What could be wrong?


----------



## dukevyner (Nov 4, 2011)

Check the log sometimes one or two files doesn't go... When the file activity says some not complete click the arrow... This will show the log scroll to the bottom and look for the files that say not completed... I'm not sure what causes this problem but if it persists I delete the file on the server and re upload the local one... Seems to work for me... But be careful


----------



## allnodcoms (Jun 30, 2007)

I use DW a lot (and have since the Macromedia days) but I never use it for get / put. It's not bad as a WYSIWYG editor, and for testing local server files, but it kind of sucks when compared to a dedicated ftp client.

Danny


----------



## dukevyner (Nov 4, 2011)

allnodcoms said:


> I use DW a lot (and have since the Macromedia days) but I never use it for get / put. It's not bad as a WYSIWYG editor, and for testing local server files, but it kind of sucks when compared to a dedicated ftp client.
> 
> Danny


Funny thing I actually like it perhaps it's just cause I like to use php and want to test right away... Also... I never use the WYSIWYG but I couldn't imagine not having dreamweaver maybe that makes me a bad person lol.. I too remember good old macromedia although seems like not much has changed


----------



## dukevyner (Nov 4, 2011)

dukevyner said:


> Funny thing I actually like it perhaps it's just cause I like to use php and want to test right away... Also... I never use the WYSIWYG but I couldn't imagine not having dreamweaver maybe that makes me a bad person lol.. I too remember good old macromedia although seems like not much has changed


I take that back I use the WYSIWYG occasionally guess it's something I take for granted obviously it can't write my php for me though


----------



## allnodcoms (Jun 30, 2007)

I swear by it Duke, I also develop in PHP for 90% of my projects and it's nice to able to switch back and forth between code and design views to check layouts and stuff, form names (I'm always forgetting / mis-spelling form element names!) and colours.

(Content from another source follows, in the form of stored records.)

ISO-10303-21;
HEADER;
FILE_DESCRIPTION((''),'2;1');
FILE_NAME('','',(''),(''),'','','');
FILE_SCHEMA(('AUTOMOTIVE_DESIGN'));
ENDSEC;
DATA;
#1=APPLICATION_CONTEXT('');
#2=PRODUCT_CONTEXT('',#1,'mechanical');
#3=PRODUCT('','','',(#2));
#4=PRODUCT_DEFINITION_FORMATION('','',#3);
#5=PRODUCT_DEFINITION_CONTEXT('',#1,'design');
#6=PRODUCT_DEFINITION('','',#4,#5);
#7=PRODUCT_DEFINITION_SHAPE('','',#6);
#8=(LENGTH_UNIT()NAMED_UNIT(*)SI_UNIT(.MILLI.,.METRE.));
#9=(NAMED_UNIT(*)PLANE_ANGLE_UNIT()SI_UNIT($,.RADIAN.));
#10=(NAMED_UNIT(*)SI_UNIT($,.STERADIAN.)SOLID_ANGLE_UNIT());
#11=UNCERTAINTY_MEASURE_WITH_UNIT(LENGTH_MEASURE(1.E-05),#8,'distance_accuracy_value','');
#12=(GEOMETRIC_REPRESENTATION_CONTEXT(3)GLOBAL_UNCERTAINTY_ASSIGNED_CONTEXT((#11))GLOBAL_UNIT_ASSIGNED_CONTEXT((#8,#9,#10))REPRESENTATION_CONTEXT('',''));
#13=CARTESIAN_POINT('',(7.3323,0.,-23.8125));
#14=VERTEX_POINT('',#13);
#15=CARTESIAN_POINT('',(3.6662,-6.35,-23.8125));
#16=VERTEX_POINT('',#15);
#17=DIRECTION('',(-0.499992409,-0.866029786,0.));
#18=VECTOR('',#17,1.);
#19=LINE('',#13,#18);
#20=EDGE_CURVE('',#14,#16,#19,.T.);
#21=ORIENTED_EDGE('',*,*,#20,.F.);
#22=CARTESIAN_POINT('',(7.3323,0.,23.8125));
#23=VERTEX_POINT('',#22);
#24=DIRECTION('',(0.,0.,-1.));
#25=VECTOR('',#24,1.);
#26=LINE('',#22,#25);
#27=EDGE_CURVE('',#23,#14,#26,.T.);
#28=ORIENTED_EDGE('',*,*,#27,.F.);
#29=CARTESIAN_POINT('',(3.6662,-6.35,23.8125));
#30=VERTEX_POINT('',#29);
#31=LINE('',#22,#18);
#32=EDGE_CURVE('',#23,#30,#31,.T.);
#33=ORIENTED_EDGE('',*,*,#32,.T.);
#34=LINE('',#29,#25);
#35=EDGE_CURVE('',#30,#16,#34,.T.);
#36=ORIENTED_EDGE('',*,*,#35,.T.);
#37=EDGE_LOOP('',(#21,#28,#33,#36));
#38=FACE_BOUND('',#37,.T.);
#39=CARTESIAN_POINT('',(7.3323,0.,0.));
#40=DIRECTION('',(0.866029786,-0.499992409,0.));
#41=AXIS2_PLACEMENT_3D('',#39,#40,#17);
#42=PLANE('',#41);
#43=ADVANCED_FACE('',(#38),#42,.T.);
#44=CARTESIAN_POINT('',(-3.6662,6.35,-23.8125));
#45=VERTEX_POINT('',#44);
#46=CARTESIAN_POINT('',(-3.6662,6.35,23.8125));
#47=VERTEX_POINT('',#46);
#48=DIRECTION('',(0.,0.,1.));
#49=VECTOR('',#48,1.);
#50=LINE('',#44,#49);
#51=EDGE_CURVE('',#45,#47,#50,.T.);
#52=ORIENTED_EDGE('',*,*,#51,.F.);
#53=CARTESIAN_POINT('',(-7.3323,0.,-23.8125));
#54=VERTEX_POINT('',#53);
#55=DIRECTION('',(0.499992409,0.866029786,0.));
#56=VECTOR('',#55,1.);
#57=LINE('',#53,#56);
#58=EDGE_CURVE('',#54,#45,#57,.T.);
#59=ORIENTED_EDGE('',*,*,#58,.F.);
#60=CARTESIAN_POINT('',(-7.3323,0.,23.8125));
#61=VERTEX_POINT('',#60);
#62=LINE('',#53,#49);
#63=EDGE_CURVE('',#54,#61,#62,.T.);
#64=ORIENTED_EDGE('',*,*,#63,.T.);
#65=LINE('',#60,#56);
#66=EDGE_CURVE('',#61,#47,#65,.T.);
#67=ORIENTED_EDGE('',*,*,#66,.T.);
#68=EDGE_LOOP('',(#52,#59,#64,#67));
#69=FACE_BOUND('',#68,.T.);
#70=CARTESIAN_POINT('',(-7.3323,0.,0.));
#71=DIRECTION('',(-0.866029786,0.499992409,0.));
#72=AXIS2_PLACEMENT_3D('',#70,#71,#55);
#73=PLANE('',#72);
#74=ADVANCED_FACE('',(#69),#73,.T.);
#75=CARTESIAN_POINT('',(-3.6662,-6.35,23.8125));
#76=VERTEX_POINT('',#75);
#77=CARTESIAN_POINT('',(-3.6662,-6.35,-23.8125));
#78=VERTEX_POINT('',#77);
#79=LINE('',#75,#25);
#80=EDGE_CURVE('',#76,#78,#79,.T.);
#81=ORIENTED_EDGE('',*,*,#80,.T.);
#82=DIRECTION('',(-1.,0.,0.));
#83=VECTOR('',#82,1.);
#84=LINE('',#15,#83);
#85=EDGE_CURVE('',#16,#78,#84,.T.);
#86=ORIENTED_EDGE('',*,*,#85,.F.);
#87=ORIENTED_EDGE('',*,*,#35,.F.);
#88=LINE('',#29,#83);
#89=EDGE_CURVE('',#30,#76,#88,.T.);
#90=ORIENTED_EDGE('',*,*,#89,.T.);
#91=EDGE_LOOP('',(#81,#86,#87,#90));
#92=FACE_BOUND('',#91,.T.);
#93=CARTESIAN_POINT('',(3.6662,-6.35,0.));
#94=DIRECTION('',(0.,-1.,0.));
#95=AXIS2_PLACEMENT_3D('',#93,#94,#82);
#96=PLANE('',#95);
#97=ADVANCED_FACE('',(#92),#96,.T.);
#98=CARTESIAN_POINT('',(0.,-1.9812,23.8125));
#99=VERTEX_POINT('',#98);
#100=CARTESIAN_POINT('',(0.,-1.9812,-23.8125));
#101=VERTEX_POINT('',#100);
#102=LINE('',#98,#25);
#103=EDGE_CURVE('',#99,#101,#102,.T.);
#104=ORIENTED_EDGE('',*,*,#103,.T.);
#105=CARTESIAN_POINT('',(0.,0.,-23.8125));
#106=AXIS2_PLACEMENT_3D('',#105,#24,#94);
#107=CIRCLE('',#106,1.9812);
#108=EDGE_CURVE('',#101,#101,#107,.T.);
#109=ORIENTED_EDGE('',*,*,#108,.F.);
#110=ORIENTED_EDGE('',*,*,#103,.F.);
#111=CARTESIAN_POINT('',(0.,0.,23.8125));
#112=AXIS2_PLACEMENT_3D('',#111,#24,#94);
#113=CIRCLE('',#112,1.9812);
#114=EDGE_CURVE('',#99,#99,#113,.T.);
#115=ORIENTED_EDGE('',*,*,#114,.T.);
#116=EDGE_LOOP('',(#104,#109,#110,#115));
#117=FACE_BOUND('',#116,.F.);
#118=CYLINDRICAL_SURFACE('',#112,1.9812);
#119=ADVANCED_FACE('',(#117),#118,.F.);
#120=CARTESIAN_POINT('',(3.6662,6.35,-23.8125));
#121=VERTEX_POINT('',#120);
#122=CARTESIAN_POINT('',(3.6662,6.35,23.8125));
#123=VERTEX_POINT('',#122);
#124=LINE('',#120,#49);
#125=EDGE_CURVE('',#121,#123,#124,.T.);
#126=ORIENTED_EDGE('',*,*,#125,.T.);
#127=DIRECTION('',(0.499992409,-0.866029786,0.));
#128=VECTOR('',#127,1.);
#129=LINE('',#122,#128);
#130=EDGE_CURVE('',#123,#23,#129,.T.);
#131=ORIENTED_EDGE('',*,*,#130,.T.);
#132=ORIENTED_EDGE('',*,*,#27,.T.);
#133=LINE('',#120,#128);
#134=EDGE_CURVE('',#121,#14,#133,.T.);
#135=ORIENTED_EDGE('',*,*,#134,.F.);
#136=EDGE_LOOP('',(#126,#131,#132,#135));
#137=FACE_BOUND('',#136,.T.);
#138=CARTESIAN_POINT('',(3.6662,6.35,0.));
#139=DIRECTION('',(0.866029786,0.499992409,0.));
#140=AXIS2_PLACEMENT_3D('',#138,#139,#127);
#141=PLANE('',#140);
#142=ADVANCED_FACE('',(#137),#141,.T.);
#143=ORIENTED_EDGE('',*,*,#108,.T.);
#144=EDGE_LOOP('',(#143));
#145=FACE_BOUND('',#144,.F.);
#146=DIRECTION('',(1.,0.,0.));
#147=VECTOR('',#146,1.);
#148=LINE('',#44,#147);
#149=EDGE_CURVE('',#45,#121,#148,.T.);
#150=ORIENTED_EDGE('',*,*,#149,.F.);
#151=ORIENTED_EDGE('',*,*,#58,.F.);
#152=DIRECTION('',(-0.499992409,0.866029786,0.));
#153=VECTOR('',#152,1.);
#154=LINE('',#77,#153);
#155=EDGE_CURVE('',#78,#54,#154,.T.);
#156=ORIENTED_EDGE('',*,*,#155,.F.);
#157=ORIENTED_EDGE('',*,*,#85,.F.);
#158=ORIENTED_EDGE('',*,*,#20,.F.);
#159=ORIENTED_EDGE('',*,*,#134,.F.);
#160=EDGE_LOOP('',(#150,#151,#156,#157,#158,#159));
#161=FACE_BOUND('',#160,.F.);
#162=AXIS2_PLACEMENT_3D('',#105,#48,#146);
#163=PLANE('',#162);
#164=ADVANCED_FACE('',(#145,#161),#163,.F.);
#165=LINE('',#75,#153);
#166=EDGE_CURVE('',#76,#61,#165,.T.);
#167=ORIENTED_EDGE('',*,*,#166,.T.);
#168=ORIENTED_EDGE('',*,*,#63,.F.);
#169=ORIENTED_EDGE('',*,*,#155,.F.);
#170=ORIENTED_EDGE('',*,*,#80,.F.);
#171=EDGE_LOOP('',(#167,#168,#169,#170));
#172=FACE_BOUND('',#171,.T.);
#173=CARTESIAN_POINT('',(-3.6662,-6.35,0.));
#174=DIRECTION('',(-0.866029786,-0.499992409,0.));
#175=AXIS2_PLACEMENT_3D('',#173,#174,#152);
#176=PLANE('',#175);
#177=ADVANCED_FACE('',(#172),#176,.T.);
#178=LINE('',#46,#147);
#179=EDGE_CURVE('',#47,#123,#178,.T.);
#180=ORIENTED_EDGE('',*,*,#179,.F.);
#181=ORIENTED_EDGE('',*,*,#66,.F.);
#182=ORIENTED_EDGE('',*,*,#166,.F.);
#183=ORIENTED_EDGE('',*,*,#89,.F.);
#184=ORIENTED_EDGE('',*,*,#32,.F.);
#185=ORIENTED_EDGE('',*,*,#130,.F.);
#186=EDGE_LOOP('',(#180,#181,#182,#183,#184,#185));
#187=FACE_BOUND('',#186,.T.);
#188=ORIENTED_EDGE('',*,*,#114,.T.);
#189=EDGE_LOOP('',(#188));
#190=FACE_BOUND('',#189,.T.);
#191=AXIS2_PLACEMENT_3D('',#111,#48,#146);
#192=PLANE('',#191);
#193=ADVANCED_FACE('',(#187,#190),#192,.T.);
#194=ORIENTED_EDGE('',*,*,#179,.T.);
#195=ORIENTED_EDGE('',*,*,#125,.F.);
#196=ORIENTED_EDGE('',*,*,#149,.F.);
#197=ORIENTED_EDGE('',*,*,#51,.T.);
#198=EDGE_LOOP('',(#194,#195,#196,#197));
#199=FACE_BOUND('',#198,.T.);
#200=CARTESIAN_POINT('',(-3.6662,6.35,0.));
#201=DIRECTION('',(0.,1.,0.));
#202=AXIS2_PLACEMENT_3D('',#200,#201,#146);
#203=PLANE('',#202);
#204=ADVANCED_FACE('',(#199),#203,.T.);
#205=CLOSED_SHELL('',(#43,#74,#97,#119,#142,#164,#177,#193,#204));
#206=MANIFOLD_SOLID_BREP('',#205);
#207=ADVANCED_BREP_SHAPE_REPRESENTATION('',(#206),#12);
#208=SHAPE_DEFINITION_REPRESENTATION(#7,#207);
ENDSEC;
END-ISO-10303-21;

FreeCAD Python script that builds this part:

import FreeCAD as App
import Part
import Sketcher
Q = App.Units.Quantity


def add_polygon(sketch, points):
    """Adds a closed chain of lines whose ends are joined by coincident constraints."""
    first, n = sketch.GeometryCount, len(points)
    for a, b in zip(points, points[1:] + points[:1]):
        sketch.addGeometry(Part.LineSegment(App.Vector(*a, 0), App.Vector(*b, 0)), False)
    for i in range(n):
        sketch.addConstraint(Sketcher.Constraint("Coincident", first + i, 2, first + (i + 1) % n, 1))

doc = App.newDocument("Part")
body = doc.addObject("PartDesign::Body", "Body")

sketch1 = body.newObject("Sketcher::SketchObject", "Sketch")
sketch1.AttachmentSupport = (doc.getObject("XY_Plane"), [""])
sketch1.MapMode = "FlatFace"
add_polygon(sketch1, [(7, 0), (4, 6), (-4, 6), (-7, 0), (-4, -6), (4, -6)])
sketch1.addConstraint(Sketcher.Constraint("Horizontal", 1))
sketch1.addConstraint(Sketcher.Constraint("Horizontal", 4))
sketch1.addConstraint(Sketcher.Constraint("Symmetric", 0, 2, 3, 2, -1, 1))
sketch1.addConstraint(Sketcher.Constraint("Symmetric", 2, 2, 5, 2, -1, 1))
sketch1.addConstraint(Sketcher.Constraint("PointOnObject", 2, 2, -1))
sketch1.addConstraint(Sketcher.Constraint("Parallel", 2, 5))
sketch1.addConstraint(Sketcher.Constraint("Vertical", 1, 2, 3, 2))
sketch1.addConstraint(Sketcher.Constraint("DistanceY", 3, 2, 1, 2, Q("0.5 in")))
sketch1.addConstraint(Sketcher.Constraint("Angle", 0, Q("119.9995 deg")))
sketch1.addConstraint(Sketcher.Constraint("DistanceX", 2, 2, 0, 2, Q("0.433 in")))
pad1 = body.newObject("PartDesign::Pad", "Pad")
pad1.Profile = sketch1
pad1.Length = Q("1.875 in")
pad1.Midplane = True

sketch2 = body.newObject("Sketcher::SketchObject", "Sketch001")
sketch2.AttachmentSupport = (doc.getObject("XY_Plane"), [""])
sketch2.MapMode = "FlatFace"
sketch2.AttachmentOffset = App.Placement(App.Vector(0, 0, 0.9375 * 25.4), App.Rotation())
sketch2.addGeometry(Part.Circle(App.Vector(0, 0, 0), App.Vector(0, 0, 1), 2), False)
sketch2.addConstraint(Sketcher.Constraint("Coincident", 0, 3, -1, 1))
sketch2.addConstraint(Sketcher.Constraint("Diameter", 0, Q("0.156 in")))
doc.recompute()
hole = body.newObject("PartDesign::Hole", "Hole")
hole.Profile = sketch2
hole.ThreadType = "None"
hole.Diameter = Q("0.156 in")
hole.DepthType = "ThroughAll"

doc.recompute()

DW is one of the few apps on my Mac that opens at start up (along with MAMP), and I use it for aspects of web development, just never for the ftp stuff - I have a very good little app that does exactly what I need in the file transfer department...

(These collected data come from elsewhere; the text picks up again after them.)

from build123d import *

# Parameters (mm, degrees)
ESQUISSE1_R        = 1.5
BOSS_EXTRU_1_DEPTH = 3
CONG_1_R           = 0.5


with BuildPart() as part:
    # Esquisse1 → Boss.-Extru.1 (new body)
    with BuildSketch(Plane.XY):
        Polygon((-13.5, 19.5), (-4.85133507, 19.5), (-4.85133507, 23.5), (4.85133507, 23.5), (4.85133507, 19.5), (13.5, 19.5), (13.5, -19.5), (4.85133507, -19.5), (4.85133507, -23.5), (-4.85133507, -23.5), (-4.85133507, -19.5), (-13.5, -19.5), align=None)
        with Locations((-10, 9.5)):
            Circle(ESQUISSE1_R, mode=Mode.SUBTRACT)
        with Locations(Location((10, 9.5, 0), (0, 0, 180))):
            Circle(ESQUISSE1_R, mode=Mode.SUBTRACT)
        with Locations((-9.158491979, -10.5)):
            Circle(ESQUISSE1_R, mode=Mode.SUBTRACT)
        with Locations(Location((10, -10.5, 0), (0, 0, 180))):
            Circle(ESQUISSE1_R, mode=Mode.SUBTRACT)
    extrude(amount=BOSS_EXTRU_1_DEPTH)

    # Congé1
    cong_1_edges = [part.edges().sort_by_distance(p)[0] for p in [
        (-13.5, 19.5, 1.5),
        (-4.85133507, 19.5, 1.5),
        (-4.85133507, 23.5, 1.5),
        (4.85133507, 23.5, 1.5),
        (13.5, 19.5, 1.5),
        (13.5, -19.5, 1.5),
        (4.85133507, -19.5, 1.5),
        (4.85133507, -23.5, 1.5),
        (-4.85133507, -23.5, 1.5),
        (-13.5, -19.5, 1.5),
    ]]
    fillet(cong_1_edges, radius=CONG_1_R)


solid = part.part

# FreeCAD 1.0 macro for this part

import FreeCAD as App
import Part
import Sketcher

V = App.Vector
Q = App.Units.Quantity


def edges_at(feature, points):
    """Names of the edges that pass closest to the given points."""
    edges = feature.Shape.Edges
    near = lambda p: min(range(len(edges)), key=lambda i: edges[i].distToShape(Part.Vertex(*p))[0])
    return sorted({f"Edge{near(p) + 1}" for p in points})

doc = App.newDocument("Part")
body = doc.addObject("PartDesign::Body", "Body")

sketch1 = doc.addObject("Sketcher::SketchObject", "Sketch")
body.addObject(sketch1)
sketch1.AttachmentSupport = (doc.XY_Plane, [""])
sketch1.MapMode = "FlatFace"
sketch1.addGeometry(Part.LineSegment(V(-4.9, 19.5, 0), V(-13.5, 19.5, 0)), False)
sketch1.addGeometry(Part.LineSegment(V(-13.5, 19.5, 0), V(-13.5, -19.5, 0)), False)
sketch1.addGeometry(Part.LineSegment(V(-13.5, -19.5, 0), V(-4.9, -19.5, 0)), False)
sketch1.addGeometry(Part.LineSegment(V(-4.9, -19.5, 0), V(-4.9, -23.5, 0)), False)
sketch1.addGeometry(Part.LineSegment(V(-4.9, -23.5, 0), V(4.9, -23.5, 0)), False)
sketch1.addGeometry(Part.LineSegment(V(4.9, -23.5, 0), V(4.9, -19.5, 0)), False)
sketch1.addGeometry(Part.LineSegment(V(4.9, -19.5, 0), V(13.5, -19.5, 0)), False)
sketch1.addGeometry(Part.LineSegment(V(13.5, -19.5, 0), V(13.5, 19.5, 0)), False)
sketch1.addGeometry(Part.LineSegment(V(13.5, 19.5, 0), V(4.9, 19.5, 0)), False)
sketch1.addGeometry(Part.LineSegment(V(4.9, 19.5, 0), V(4.9, 23.5, 0)), False)
sketch1.addGeometry(Part.LineSegment(V(4.9, 23.5, 0), V(-4.9, 23.5, 0)), False)
sketch1.addGeometry(Part.LineSegment(V(-4.9, 23.5, 0), V(-4.9, 19.5, 0)), False)
sketch1.addGeometry(Part.Circle(V(10, -10.5, 0), V(0, 0, 1), 1.5), False)
sketch1.addGeometry(Part.Circle(V(-9.2, -10.5, 0), V(0, 0, 1), 1.5), False)
sketch1.addGeometry(Part.Circle(V(10, 9.5, 0), V(0, 0, 1), 1.5), False)
sketch1.addGeometry(Part.Circle(V(-10, 9.5, 0), V(0, 0, 1), 1.5), False)
sketch1.addConstraint(Sketcher.Constraint("Coincident", 0, 2, 1, 1))
sketch1.addConstraint(Sketcher.Constraint("Coincident", 1, 2, 2, 1))
sketch1.addConstraint(Sketcher.Constraint("Coincident", 2, 2, 3, 1))
sketch1.addConstraint(Sketcher.Constraint("Coincident", 3, 2, 4, 1))
sketch1.addConstraint(Sketcher.Constraint("Coincident", 4, 2, 5, 1))
sketch1.addConstraint(Sketcher.Constraint("Coincident", 5, 2, 6, 1))
sketch1.addConstraint(Sketcher.Constraint("Coincident", 6, 2, 7, 1))
sketch1.addConstraint(Sketcher.Constraint("Coincident", 7, 2, 8, 1))
sketch1.addConstraint(Sketcher.Constraint("Coincident", 8, 2, 9, 1))
sketch1.addConstraint(Sketcher.Constraint("Coincident", 9, 2, 10, 1))
sketch1.addConstraint(Sketcher.Constraint("Coincident", 10, 2, 11, 1))
sketch1.addConstraint(Sketcher.Constraint("Coincident", 11, 2, 0, 1))
sketch1.addConstraint(Sketcher.Constraint("Horizontal", 0))
sketch1.addConstraint(Sketcher.Constraint("Vertical", 1))
sketch1.addConstraint(Sketcher.Constraint("Horizontal", 2))
sketch1.addConstraint(Sketcher.Constraint("Vertical", 3))
sketch1.addConstraint(Sketcher.Constraint("Horizontal", 4))
sketch1.addConstraint(Sketcher.Constraint("Vertical", 5))
sketch1.addConstraint(Sketcher.Constraint("Horizontal", 6))
sketch1.addConstraint(Sketcher.Constraint("Vertical", 7))
sketch1.addConstraint(Sketcher.Constraint("Horizontal", 8))
sketch1.addConstraint(Sketcher.Constraint("Vertical", 9))
sketch1.addConstraint(Sketcher.Constraint("Horizontal", 10))
sketch1.addConstraint(Sketcher.Constraint("Vertical", 11))
sketch1.addConstraint(Sketcher.Constraint("Equal", 12, 13))
sketch1.addConstraint(Sketcher.Constraint("Equal", 13, 14))
sketch1.addConstraint(Sketcher.Constraint("Equal", 14, 15))
sketch1.addConstraint(Sketcher.Constraint("Symmetric", 0, 2, 6, 2, -1, 1))
sketch1.addConstraint(Sketcher.Constraint("Symmetric", 2, 2, 8, 2, -1, 1))
sketch1.addConstraint(Sketcher.Constraint("Symmetric", 4, 2, 10, 2, -1, 1))
sketch1.addConstraint(Sketcher.Constraint("Symmetric", 14, 3, 15, 3, -2))
sketch1.addConstraint(Sketcher.Constraint("Symmetric", 2, 2, 5, 2, -2))
sketch1.addConstraint(Sketcher.Constraint("Horizontal", 12, 3, 13, 3))
sketch1.addConstraint(Sketcher.Constraint("Vertical", 12, 3, 14, 3))
sketch1.addConstraint(Sketcher.Constraint("Diameter", 12, Q("3 mm")))
sketch1.addConstraint(Sketcher.Constraint("DistanceY", 1, 2, 1, 1, Q("39 mm")))
sketch1.addConstraint(Sketcher.Constraint("DistanceY", 3, 2, 3, 1, Q("4 mm")))
sketch1.addConstraint(Sketcher.Constraint("DistanceX", -1, 1, 12, 3, Q("10 mm")))
sketch1.addConstraint(Sketcher.Constraint("DistanceY", 12, 3, 14, 3, Q("20 mm")))
sketch1.addConstraint(Sketcher.Constraint("DistanceY", 15, 3, 0, 2, Q("10 mm")))
sketch1.addConstraint(Sketcher.Constraint("DistanceX", 0, 2, 7, 2, Q("27 mm")))
sketch1.addConstraint(Sketcher.Constraint("DistanceX", 4, 1, 4, 2, Q("9.70267 mm")))
sketch1.addConstraint(Sketcher.Constraint("DistanceX", 13, 3, -1, 1, Q("9.158492 mm")))
pad1 = doc.addObject("PartDesign::Pad", "Pad")
body.addObject(pad1)
pad1.Profile = sketch1
pad1.Length = 3
doc.recompute()

fillet = doc.addObject("PartDesign::Fillet", "Fillet")
body.addObject(fillet)
fillet.Base = (pad1, edges_at(pad1, [
    (-13.5, 19.5, 1.5),
    (-4.851, 19.5, 1.5),
    (-4.851, 23.5, 1.5),
    (4.851, 23.5, 1.5),
    (13.5, 19.5, 1.5),
    (13.5, -19.5, 1.5),
    (4.851, -19.5, 1.5),
    (4.851, -23.5, 1.5),
    (-4.851, -23.5, 1.5),
    (-13.5, -19.5, 1.5),
]))
fillet.Radius = 0.5

doc.recompute()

It's true that very little has changed in the 10 or so years I've been using it, it's just got bigger and hungrier... Kind of like Adobe really!

Danny


----------



## ajaypoppur (Jul 30, 2012)

Hi,
"Same, file not transferred" message indicates that file in local and remote view is same and not modified.
So in that case, the Dreamweaver would not transfer the file.
So, If you have modified the file through Dreamweaver, it should transfer the file.
Please download the latest patch 12.0.1 for Dreamweaver and let us know if this issue still exists.


----------



## ajaypoppur (Jul 30, 2012)

For complete details about the Adobe Dreamweaver CS6 (12.0.1) update, please refer to below link:
https://blogs.adobe.com/dreamweaver/2012/07/dreamweaver-cs6-update-12-0-1.html


----------